Action item >> Please copy each line of the listing below in which the word "centre" appears.

Listed records >>
= Beginning of Section =
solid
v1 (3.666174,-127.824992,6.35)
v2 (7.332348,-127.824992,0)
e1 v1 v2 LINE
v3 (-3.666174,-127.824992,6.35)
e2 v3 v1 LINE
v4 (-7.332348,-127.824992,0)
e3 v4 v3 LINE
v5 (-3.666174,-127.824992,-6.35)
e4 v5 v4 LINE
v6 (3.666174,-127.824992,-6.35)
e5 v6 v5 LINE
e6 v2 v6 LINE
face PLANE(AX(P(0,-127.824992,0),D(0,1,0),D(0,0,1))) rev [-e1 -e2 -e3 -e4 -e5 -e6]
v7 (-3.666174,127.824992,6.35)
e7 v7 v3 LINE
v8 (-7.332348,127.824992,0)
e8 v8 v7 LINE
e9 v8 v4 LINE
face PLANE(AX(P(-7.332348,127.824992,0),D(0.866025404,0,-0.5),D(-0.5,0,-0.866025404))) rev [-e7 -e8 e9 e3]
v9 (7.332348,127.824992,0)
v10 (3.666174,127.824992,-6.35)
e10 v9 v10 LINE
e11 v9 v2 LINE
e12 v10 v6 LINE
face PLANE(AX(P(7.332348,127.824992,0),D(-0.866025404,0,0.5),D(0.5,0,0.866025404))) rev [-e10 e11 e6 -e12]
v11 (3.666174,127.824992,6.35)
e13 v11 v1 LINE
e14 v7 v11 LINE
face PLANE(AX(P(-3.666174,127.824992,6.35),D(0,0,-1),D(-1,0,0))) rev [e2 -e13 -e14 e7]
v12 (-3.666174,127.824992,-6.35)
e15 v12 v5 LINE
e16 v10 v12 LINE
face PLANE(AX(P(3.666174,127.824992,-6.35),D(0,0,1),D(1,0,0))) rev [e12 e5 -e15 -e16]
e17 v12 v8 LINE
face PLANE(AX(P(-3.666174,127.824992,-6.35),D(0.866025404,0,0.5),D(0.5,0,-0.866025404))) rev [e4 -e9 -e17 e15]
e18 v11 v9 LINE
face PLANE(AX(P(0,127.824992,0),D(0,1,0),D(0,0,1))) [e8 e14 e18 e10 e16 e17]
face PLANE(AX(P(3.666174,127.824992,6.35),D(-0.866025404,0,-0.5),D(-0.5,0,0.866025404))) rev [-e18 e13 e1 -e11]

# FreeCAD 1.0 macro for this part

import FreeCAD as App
import Part
import Sketcher

V = App.Vector
Q = App.Units.Quantity


def add_polygon(sketch, points):
    """Adds a closed chain of lines whose ends are joined by coincident constraints."""
    first, n = sketch.GeometryCount, len(points)
    for a, b in zip(points, points[1:] + points[:1]):
        sketch.addGeometry(Part.LineSegment(App.Vector(*a, 0), App.Vector(*b, 0)), False)
    for i in range(n):
        sketch.addConstraint(Sketcher.Constraint("Coincident", first + i, 2, first + (i + 1) % n, 1))

doc = App.newDocument("Part")
body = doc.addObject("PartDesign::Body", "Body")

# Sketch on XZ plane
sketch1 = body.newObject("Sketcher::SketchObject", "Sketch")
sketch1.AttachmentSupport = (doc.getObject("XZ_Plane"), [""])
sketch1.MapMode = "FlatFace"
add_polygon(sketch1, [(7.332348, 0), (3.666174, -6.35), (-3.666174, -6.35), (-7.332348, 0), (-3.666174, 6.35), (3.666174, 6.35)])  # lines 0-5
sketch1.addConstraint([
    Sketcher.Constraint("Horizontal", 1),
    Sketcher.Constraint("Horizontal", 4),
    Sketcher.Constraint("Symmetric", 0, 2, 3, 2, -1, 1),
    Sketcher.Constraint("Symmetric", 2, 2, 5, 2, -1, 1),
    Sketcher.Constraint("PointOnObject", 2, 2, -1),
    Sketcher.Constraint("Parallel", 2, 5),
    Sketcher.Constraint("Vertical", 1, 2, 3, 2),
    Sketcher.Constraint("Angle", 0, Q("-120 deg")),
    Sketcher.Constraint("DistanceY", 1, 2, 3, 2, Q("12.7 mm")),
    Sketcher.Constraint("DistanceX", 1, 2, 1, 1, Q("7.332348 mm")),
])
pad1 = body.newObject("PartDesign::Pad", "Pad")
pad1.Profile = sketch1
pad1.Length = 255.649984
pad1.Midplane = True

doc.recompute()
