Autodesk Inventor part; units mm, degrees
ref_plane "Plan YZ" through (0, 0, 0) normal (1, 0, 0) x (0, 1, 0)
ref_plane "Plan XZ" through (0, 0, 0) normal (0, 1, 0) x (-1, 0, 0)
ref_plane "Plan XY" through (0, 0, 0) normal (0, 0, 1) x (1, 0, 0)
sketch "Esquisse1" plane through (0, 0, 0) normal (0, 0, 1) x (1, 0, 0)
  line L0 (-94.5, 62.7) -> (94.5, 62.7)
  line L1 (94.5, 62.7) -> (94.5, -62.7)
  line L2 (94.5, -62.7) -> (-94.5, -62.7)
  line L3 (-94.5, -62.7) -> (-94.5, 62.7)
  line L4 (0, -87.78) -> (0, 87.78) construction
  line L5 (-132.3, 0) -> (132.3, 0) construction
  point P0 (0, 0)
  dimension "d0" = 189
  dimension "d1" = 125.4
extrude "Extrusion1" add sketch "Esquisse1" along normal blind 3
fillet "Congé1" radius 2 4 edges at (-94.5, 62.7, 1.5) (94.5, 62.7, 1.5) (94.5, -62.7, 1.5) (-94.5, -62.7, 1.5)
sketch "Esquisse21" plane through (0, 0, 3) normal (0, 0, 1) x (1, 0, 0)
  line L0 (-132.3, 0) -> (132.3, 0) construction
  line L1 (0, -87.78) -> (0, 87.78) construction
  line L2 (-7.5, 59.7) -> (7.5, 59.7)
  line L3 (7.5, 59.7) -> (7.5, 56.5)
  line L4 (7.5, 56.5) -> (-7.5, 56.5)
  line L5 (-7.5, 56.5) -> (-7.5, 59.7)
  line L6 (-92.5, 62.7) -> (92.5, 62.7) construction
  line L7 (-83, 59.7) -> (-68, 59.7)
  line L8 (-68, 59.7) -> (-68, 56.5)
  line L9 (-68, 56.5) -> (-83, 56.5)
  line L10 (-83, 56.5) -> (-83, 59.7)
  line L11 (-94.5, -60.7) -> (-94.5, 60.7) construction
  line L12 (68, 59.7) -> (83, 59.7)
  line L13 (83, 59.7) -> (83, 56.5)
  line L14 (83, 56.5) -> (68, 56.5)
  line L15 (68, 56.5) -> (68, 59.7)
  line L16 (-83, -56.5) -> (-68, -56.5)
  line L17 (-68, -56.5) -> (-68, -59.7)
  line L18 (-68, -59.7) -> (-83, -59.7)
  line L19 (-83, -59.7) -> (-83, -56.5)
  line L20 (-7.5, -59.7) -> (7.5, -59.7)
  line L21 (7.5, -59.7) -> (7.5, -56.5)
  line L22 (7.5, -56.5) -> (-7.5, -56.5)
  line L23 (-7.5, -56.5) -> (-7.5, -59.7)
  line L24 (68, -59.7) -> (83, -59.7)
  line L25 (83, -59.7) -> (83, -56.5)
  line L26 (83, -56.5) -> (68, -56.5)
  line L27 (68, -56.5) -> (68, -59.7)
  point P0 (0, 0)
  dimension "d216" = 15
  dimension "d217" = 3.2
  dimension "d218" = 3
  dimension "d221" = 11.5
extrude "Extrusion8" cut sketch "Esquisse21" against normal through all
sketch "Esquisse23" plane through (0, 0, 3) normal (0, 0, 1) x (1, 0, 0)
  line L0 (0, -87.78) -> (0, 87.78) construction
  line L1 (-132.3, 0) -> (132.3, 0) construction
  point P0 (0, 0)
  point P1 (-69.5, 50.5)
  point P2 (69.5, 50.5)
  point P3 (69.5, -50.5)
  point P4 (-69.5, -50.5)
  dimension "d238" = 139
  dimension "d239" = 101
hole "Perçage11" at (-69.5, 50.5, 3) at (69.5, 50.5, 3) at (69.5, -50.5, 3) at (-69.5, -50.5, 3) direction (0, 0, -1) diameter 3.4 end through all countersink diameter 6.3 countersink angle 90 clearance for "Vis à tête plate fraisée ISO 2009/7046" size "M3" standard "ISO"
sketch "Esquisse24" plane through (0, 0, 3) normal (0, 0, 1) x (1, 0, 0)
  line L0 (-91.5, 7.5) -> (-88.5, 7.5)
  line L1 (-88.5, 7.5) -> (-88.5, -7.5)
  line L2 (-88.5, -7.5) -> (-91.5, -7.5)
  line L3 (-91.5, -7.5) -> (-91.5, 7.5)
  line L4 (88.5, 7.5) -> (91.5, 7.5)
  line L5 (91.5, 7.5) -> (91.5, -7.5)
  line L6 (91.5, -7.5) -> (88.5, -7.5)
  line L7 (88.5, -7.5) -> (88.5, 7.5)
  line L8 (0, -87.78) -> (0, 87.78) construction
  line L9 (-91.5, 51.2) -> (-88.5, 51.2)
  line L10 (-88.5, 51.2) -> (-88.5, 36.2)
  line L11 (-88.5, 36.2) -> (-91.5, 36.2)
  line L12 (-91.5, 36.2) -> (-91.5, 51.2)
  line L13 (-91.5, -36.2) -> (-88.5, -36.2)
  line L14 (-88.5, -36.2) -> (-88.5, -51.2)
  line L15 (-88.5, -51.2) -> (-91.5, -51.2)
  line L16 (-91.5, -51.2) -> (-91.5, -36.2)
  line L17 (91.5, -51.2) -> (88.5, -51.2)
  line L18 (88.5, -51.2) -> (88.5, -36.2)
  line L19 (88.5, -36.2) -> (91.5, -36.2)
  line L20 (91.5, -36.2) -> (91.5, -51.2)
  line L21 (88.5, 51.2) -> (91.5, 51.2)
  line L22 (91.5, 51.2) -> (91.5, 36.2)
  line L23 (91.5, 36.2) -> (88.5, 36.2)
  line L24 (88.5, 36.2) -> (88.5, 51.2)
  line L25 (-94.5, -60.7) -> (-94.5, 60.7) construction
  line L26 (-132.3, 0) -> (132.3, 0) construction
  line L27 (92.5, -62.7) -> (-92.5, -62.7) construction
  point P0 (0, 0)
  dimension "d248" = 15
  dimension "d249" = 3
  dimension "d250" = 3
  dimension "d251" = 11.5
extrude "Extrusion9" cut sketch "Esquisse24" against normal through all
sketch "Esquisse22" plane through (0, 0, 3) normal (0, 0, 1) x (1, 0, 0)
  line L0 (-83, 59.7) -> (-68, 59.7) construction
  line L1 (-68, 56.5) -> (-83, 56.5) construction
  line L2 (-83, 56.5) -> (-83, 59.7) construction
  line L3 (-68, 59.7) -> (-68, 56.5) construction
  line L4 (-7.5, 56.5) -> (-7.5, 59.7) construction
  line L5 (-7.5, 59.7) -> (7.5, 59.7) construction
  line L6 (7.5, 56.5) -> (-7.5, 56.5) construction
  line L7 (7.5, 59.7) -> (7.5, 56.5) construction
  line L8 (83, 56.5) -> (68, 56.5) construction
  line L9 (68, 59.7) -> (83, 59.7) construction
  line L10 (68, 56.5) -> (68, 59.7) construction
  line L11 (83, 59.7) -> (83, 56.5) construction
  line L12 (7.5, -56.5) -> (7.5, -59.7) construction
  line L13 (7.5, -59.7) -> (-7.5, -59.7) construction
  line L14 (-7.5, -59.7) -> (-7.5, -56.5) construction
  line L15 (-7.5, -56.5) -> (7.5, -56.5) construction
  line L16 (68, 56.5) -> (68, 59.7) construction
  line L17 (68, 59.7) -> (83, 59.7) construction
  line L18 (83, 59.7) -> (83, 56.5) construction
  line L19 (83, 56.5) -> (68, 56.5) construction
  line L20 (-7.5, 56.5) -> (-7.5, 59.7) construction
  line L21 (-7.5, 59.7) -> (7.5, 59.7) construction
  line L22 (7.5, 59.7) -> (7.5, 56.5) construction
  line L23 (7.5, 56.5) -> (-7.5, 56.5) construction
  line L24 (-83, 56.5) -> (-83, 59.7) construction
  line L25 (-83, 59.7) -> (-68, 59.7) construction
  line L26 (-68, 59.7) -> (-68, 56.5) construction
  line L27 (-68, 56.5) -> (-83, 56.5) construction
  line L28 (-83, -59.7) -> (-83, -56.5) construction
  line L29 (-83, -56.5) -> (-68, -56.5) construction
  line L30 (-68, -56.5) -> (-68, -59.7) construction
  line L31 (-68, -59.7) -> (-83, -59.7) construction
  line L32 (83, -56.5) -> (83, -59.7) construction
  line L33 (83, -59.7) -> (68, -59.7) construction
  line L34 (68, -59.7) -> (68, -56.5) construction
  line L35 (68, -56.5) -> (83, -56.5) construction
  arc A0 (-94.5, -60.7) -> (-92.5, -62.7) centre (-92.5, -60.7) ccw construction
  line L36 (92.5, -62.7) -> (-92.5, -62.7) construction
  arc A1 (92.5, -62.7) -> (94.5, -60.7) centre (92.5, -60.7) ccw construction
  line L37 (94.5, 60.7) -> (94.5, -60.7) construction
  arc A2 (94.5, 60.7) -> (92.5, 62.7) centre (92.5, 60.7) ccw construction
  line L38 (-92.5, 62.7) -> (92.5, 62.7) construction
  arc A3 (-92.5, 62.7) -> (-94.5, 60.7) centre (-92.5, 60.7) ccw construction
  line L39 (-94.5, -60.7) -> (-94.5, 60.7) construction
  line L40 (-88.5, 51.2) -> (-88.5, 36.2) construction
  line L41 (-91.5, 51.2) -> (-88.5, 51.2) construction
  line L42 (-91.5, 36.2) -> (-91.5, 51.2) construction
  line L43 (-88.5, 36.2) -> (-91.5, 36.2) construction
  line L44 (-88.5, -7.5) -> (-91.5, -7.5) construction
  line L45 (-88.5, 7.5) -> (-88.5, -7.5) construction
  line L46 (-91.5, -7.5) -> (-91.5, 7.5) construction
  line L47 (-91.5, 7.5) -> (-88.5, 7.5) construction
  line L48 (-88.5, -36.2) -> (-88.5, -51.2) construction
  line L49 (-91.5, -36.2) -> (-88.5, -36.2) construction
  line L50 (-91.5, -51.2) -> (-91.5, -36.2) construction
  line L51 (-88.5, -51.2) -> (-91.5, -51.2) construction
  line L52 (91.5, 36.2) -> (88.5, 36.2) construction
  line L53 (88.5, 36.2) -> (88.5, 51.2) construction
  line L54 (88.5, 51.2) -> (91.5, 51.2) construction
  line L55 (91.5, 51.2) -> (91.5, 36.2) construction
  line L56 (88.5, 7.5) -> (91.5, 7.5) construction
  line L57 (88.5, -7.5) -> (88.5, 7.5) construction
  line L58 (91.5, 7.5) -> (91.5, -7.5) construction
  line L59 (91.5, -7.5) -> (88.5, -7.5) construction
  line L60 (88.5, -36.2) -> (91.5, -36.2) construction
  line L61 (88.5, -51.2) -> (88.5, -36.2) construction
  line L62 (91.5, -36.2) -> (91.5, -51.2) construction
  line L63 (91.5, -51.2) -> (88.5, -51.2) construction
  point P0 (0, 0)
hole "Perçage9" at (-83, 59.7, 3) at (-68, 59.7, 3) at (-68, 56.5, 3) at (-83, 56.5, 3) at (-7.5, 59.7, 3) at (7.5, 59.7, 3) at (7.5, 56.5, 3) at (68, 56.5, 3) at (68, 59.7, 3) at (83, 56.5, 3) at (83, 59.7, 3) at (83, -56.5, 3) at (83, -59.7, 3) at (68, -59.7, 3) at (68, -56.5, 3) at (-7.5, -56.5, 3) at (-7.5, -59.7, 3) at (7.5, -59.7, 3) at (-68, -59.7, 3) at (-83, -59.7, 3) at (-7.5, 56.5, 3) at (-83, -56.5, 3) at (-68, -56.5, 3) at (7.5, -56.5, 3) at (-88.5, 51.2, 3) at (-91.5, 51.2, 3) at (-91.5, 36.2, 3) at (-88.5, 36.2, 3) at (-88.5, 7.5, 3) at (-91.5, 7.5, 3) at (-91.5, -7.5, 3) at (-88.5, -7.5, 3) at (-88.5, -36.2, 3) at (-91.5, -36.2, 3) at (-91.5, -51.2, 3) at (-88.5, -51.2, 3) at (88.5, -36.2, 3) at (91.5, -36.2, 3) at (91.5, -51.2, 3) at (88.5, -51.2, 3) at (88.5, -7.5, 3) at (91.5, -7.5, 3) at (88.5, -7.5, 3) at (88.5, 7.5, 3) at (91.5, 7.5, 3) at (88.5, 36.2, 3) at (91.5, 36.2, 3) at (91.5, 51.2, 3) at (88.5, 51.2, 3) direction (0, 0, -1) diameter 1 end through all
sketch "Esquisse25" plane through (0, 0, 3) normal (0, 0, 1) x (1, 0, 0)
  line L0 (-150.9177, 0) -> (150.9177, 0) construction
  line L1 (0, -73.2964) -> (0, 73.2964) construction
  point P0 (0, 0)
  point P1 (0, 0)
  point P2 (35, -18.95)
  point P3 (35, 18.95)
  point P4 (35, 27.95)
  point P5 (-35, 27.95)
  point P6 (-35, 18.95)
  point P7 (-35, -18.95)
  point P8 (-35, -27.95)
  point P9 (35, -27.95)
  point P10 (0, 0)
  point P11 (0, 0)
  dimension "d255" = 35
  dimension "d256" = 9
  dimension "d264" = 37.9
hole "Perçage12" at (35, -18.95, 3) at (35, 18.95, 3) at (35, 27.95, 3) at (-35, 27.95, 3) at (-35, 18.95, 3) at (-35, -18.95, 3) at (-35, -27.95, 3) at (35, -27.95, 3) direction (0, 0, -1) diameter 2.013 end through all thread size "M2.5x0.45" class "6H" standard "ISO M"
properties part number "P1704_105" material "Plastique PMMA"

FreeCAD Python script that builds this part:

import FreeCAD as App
import Part
import Sketcher

V = App.Vector
Q = App.Units.Quantity


def edges_at(feature, points):
    """Names of the edges that pass closest to the given points."""
    edges = feature.Shape.Edges
    near = lambda p: min(range(len(edges)), key=lambda i: edges[i].distToShape(Part.Vertex(*p))[0])
    return sorted({f"Edge{near(p) + 1}" for p in points})


def add_polygon(sketch, points):
    """Adds a closed chain of lines whose ends are joined by coincident constraints."""
    first, n = sketch.GeometryCount, len(points)
    for a, b in zip(points, points[1:] + points[:1]):
        sketch.addGeometry(Part.LineSegment(App.Vector(*a, 0), App.Vector(*b, 0)), False)
    for i in range(n):
        sketch.addConstraint(Sketcher.Constraint("Coincident", first + i, 2, first + (i + 1) % n, 1))

doc = App.newDocument("Part")
body = doc.addObject("PartDesign::Body", "Body")

# Sketch on XY plane
sketch1 = body.newObject("Sketcher::SketchObject", "Sketch")
sketch1.AttachmentSupport = (doc.getObject("XY_Plane"), [""])
sketch1.MapMode = "FlatFace"
add_polygon(sketch1, [(94.5, 62.7), (-94.5, 62.7), (-94.5, -62.7), (94.5, -62.7)])  # lines 0-3
sketch1.addConstraint([
    Sketcher.Constraint("Horizontal", 0),
    Sketcher.Constraint("Vertical", 1),
    Sketcher.Constraint("Horizontal", 2),
    Sketcher.Constraint("Vertical", 3),
    Sketcher.Constraint("Symmetric", 0, 2, 2, 2, -1, 1),
    Sketcher.Constraint("DistanceX", 0, 2, 0, 1, Q("189 mm")),
    Sketcher.Constraint("DistanceY", 1, 2, 1, 1, Q("125.4 mm")),
])
pad1 = body.newObject("PartDesign::Pad", "Pad")
pad1.Profile = sketch1
pad1.Length = 3
doc.recompute()

fillet = body.newObject("PartDesign::Fillet", "Fillet")
fillet.Base = (pad1, edges_at(pad1, [
    (-94.5, 62.7, 1.5),
    (94.5, 62.7, 1.5),
    (94.5, -62.7, 1.5),
    (-94.5, -62.7, 1.5),
]))
fillet.Radius = 2

# Sketch on XY plane
sketch2 = body.newObject("Sketcher::SketchObject", "Sketch001")
sketch2.AttachmentSupport = (doc.getObject("XY_Plane"), [""])
sketch2.MapMode = "FlatFace"
sketch2.AttachmentOffset = App.Placement(V(0, 0, 3), App.Rotation())
add_polygon(sketch2, [(7.5, 59.7), (-7.5, 59.7), (-7.5, 56.5), (7.5, 56.5)])  # lines 0-3
add_polygon(sketch2, [(-68, 59.7), (-83, 59.7), (-83, 56.5), (-68, 56.5)])  # lines 4-7
add_polygon(sketch2, [(83, 59.7), (68, 59.7), (68, 56.5), (83, 56.5)])  # lines 8-11
add_polygon(sketch2, [(-68, -56.5), (-83, -56.5), (-83, -59.7), (-68, -59.7)])  # lines 12-15
add_polygon(sketch2, [(-7.5, -56.5), (-7.5, -59.7), (7.5, -59.7), (7.5, -56.5)])  # lines 16-19
add_polygon(sketch2, [(68, -56.5), (68, -59.7), (83, -59.7), (83, -56.5)])  # lines 20-23
sketch2.addConstraint([
    Sketcher.Constraint("Horizontal", 0),
    Sketcher.Constraint("Vertical", 1),
    Sketcher.Constraint("Horizontal", 2),
    Sketcher.Constraint("Vertical", 3),
    Sketcher.Constraint("Horizontal", 4),
    Sketcher.Constraint("Vertical", 5),
    Sketcher.Constraint("Horizontal", 6),
    Sketcher.Constraint("Vertical", 7),
    Sketcher.Constraint("Horizontal", 8),
    Sketcher.Constraint("Vertical", 9),
    Sketcher.Constraint("Horizontal", 10),
    Sketcher.Constraint("Vertical", 11),
    Sketcher.Constraint("Horizontal", 12),
    Sketcher.Constraint("Vertical", 13),
    Sketcher.Constraint("Horizontal", 14),
    Sketcher.Constraint("Vertical", 15),
    Sketcher.Constraint("Vertical", 16),
    Sketcher.Constraint("Horizontal", 17),
    Sketcher.Constraint("Vertical", 18),
    Sketcher.Constraint("Horizontal", 19),
    Sketcher.Constraint("Vertical", 20),
    Sketcher.Constraint("Horizontal", 21),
= End of Section =
Solution >>
  arc A0 (-94.5, -60.7) -> (-92.5, -62.7) centre (-92.5, -60.7) ccw construction
  arc A1 (92.5, -62.7) -> (94.5, -60.7) centre (92.5, -60.7) ccw construction
  arc A2 (94.5, 60.7) -> (92.5, 62.7) centre (92.5, 60.7) ccw construction
  arc A3 (-92.5, 62.7) -> (-94.5, 60.7) centre (-92.5, 60.7) ccw construction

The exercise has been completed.